I used microfiber for the fabric. It wasn't cheap, but I liked the way it looked and I've heard that microfiber is pet friendly. The reason I went with fabric was mostly that I had trouble finding some cheap carpet. I think it probably depends on what kind of look you want too - we're planning on buying a microfiber sofa in the near future so the microfiber tree made sense. One of the drawbacks of the design we choose is that I think it looks kinda flimsy. If I were to build it again, I'd probably use 4'' x 4'' lumber to do the post so that the tree would look sturdier. I think maybe using carpet to do the upholstery would have helped with this too.


----------



## Heidi n Q (Nov 22, 2006)

coaster said:


> Say, Heidi -- are those real branches on your cat tree?

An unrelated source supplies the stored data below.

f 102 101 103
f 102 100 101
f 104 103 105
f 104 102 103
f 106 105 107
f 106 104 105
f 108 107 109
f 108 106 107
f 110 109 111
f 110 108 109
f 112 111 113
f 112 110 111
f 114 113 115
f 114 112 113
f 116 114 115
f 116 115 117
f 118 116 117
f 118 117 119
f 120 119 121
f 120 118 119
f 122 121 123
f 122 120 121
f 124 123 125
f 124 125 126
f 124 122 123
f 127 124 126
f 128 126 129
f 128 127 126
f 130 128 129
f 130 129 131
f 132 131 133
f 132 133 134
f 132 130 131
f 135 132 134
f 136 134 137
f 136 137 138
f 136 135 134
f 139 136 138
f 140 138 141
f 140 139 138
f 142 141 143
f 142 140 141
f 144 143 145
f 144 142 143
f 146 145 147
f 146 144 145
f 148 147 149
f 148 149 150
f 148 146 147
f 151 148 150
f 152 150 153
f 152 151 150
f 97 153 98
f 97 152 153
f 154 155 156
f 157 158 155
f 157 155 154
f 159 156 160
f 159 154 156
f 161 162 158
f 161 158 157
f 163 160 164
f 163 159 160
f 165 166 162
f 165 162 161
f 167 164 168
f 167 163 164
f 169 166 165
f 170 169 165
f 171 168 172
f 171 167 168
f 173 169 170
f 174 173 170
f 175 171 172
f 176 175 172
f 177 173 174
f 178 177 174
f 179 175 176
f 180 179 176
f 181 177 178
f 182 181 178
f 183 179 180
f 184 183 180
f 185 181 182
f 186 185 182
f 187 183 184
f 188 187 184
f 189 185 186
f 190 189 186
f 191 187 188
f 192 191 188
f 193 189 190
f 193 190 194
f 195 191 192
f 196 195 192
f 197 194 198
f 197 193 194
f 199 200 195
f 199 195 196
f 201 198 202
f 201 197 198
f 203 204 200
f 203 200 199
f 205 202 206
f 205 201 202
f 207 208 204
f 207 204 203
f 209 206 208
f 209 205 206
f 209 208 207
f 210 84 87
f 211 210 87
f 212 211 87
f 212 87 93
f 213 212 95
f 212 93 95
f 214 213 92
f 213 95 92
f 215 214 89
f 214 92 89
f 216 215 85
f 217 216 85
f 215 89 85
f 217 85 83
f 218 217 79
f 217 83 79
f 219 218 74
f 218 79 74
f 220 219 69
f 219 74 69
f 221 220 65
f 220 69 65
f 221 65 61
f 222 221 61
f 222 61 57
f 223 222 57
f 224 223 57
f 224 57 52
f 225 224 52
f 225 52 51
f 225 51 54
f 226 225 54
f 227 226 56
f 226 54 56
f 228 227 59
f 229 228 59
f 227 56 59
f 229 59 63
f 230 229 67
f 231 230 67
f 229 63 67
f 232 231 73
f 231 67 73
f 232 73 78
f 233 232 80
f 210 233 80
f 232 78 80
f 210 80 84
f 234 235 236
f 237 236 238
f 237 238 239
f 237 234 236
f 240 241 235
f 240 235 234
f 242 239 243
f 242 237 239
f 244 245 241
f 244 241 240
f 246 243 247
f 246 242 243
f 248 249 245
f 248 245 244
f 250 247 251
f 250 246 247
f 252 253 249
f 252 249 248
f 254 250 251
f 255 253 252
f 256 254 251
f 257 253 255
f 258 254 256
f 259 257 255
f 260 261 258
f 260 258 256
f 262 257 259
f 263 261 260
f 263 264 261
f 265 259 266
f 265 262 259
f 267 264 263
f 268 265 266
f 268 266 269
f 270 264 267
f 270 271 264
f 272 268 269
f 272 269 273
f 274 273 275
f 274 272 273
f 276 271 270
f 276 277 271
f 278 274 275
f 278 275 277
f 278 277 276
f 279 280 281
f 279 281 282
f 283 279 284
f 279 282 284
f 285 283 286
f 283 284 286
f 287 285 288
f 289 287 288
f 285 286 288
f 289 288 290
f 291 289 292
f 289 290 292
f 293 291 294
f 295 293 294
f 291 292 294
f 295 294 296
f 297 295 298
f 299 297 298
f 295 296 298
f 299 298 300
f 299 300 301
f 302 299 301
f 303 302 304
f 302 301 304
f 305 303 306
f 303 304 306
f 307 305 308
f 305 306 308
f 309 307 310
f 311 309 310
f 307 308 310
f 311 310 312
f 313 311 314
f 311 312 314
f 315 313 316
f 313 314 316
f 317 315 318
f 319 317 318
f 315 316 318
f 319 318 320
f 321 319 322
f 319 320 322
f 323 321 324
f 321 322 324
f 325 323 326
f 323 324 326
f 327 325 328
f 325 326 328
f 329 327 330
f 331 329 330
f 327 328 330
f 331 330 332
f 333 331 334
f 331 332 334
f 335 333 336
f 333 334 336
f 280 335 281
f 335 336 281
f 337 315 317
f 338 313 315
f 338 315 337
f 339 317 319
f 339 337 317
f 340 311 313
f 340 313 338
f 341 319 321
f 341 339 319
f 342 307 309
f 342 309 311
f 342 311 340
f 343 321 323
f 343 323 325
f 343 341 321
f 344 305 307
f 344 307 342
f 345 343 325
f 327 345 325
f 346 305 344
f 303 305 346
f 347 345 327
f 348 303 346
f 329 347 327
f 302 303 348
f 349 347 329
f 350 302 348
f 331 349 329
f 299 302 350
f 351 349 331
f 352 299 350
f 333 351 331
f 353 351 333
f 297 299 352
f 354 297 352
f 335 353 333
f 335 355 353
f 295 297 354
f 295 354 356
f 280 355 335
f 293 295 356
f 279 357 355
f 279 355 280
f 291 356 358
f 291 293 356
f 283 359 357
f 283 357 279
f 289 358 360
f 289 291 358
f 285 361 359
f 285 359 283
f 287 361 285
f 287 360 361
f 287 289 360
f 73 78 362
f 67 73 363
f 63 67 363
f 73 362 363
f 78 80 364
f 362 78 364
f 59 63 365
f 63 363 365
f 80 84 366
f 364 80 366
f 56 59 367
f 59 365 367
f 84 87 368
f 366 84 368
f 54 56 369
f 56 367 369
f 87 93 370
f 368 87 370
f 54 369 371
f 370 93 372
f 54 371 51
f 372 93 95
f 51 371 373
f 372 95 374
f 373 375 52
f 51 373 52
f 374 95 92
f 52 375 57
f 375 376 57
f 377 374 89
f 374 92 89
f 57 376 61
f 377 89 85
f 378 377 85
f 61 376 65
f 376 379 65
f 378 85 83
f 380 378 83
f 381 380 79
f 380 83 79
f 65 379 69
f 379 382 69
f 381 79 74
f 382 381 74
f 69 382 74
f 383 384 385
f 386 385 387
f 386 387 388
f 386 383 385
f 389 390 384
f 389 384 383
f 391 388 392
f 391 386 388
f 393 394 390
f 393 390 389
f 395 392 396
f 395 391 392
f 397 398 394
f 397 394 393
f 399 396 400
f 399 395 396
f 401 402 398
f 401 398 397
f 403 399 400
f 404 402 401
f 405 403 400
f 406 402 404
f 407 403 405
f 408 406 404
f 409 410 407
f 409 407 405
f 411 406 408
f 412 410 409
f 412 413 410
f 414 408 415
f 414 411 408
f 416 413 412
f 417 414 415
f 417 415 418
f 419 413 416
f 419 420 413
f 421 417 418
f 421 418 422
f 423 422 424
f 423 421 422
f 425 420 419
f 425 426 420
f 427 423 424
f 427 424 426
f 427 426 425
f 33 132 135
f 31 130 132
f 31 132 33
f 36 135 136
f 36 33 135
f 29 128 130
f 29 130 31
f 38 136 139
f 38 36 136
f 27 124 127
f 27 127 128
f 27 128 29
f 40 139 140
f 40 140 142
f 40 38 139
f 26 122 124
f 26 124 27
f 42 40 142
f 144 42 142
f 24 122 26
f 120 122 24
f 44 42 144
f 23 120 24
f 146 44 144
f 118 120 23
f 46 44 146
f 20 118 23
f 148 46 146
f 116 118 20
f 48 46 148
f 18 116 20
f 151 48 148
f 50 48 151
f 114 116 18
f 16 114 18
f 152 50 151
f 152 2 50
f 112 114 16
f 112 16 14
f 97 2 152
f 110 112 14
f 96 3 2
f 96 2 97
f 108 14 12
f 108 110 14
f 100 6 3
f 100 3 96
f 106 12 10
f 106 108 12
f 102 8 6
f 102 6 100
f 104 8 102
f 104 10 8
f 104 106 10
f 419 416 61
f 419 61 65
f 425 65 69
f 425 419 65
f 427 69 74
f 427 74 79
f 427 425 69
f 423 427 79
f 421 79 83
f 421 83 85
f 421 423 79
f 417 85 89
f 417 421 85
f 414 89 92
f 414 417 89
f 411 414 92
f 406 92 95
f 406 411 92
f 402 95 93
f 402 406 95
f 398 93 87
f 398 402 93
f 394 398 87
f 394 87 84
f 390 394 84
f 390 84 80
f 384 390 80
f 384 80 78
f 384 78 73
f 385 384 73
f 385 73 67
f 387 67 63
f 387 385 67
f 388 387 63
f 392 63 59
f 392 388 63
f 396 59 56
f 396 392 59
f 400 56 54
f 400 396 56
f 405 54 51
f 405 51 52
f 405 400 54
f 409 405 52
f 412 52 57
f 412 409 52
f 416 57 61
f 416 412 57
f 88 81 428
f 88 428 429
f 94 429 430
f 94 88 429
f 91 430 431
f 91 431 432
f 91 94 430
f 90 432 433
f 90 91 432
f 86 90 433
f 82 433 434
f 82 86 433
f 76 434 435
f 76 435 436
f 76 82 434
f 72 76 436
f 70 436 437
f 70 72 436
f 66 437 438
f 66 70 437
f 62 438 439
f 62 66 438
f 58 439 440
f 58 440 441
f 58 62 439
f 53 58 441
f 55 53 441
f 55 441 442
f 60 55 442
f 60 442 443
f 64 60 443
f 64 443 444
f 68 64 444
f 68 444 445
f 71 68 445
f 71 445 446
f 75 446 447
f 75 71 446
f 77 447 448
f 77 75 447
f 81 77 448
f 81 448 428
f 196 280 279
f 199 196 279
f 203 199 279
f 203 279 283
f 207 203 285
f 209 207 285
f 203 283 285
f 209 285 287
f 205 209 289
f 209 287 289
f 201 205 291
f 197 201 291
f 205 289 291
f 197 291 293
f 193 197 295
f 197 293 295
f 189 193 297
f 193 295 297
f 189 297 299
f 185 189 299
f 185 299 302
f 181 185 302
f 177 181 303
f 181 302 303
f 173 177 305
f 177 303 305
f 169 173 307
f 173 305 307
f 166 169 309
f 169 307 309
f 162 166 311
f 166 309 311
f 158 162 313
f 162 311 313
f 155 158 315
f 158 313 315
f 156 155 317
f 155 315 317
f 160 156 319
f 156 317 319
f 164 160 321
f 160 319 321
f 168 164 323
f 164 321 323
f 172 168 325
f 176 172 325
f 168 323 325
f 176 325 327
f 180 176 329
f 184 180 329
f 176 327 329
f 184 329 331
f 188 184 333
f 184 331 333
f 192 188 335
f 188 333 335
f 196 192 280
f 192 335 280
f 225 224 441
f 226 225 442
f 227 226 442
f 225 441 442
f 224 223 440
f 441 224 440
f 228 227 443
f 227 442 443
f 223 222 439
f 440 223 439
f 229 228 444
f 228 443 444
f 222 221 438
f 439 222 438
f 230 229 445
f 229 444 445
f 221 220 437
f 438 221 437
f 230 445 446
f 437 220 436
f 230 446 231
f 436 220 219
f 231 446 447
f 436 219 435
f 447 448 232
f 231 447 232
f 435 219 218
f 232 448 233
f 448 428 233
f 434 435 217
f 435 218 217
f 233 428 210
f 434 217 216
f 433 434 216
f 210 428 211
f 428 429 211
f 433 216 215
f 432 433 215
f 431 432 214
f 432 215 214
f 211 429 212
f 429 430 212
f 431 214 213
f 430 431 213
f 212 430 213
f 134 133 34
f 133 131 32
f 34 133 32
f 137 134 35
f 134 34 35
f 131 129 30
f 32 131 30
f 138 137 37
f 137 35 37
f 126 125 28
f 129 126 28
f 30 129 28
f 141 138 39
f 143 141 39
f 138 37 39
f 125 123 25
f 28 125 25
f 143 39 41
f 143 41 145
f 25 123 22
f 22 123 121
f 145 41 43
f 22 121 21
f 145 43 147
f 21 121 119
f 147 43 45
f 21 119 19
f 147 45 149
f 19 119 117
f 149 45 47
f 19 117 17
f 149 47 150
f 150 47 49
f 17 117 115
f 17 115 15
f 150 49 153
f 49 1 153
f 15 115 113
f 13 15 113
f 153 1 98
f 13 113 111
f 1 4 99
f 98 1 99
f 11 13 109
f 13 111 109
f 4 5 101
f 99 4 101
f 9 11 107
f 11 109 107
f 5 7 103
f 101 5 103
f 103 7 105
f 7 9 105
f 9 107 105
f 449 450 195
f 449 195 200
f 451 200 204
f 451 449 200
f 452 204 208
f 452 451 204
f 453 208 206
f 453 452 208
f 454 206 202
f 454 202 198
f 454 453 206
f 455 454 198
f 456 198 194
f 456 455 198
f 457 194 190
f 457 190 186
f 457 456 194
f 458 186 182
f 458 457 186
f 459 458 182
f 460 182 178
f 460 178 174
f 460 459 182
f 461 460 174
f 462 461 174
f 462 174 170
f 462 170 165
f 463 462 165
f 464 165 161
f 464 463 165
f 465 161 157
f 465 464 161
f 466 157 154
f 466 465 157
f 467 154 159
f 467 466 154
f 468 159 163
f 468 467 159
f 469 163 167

Yes. The cat tree has four different types of tree limbs (bark) to appeal to the discriminating scratcher.


----------



## Kelae (Sep 4, 2004)

I just wanted to say that the money I've spent on cat furniture is far and away the best money I've spent on the cats. They use their cat trees for playing, scratching, sleeping and surveying their domain. I would imagine your cat will enjoy what ever you end up getting. As several others have mentioned, you should try and place it near a window... good for keeping tabs on the neighborhood and for basking in the sun.


----------



## coaster (Dec 1, 2004)

Kelae said:


> I just wanted to say that the money I've spent on cat furniture is far and away the best money I've spent on the cats. .


I just wish new cat owners realized that. A couple weeks ago at a local pet store I spent 15 minutes trying to talk someone out of buying a cheap scratching post.


----------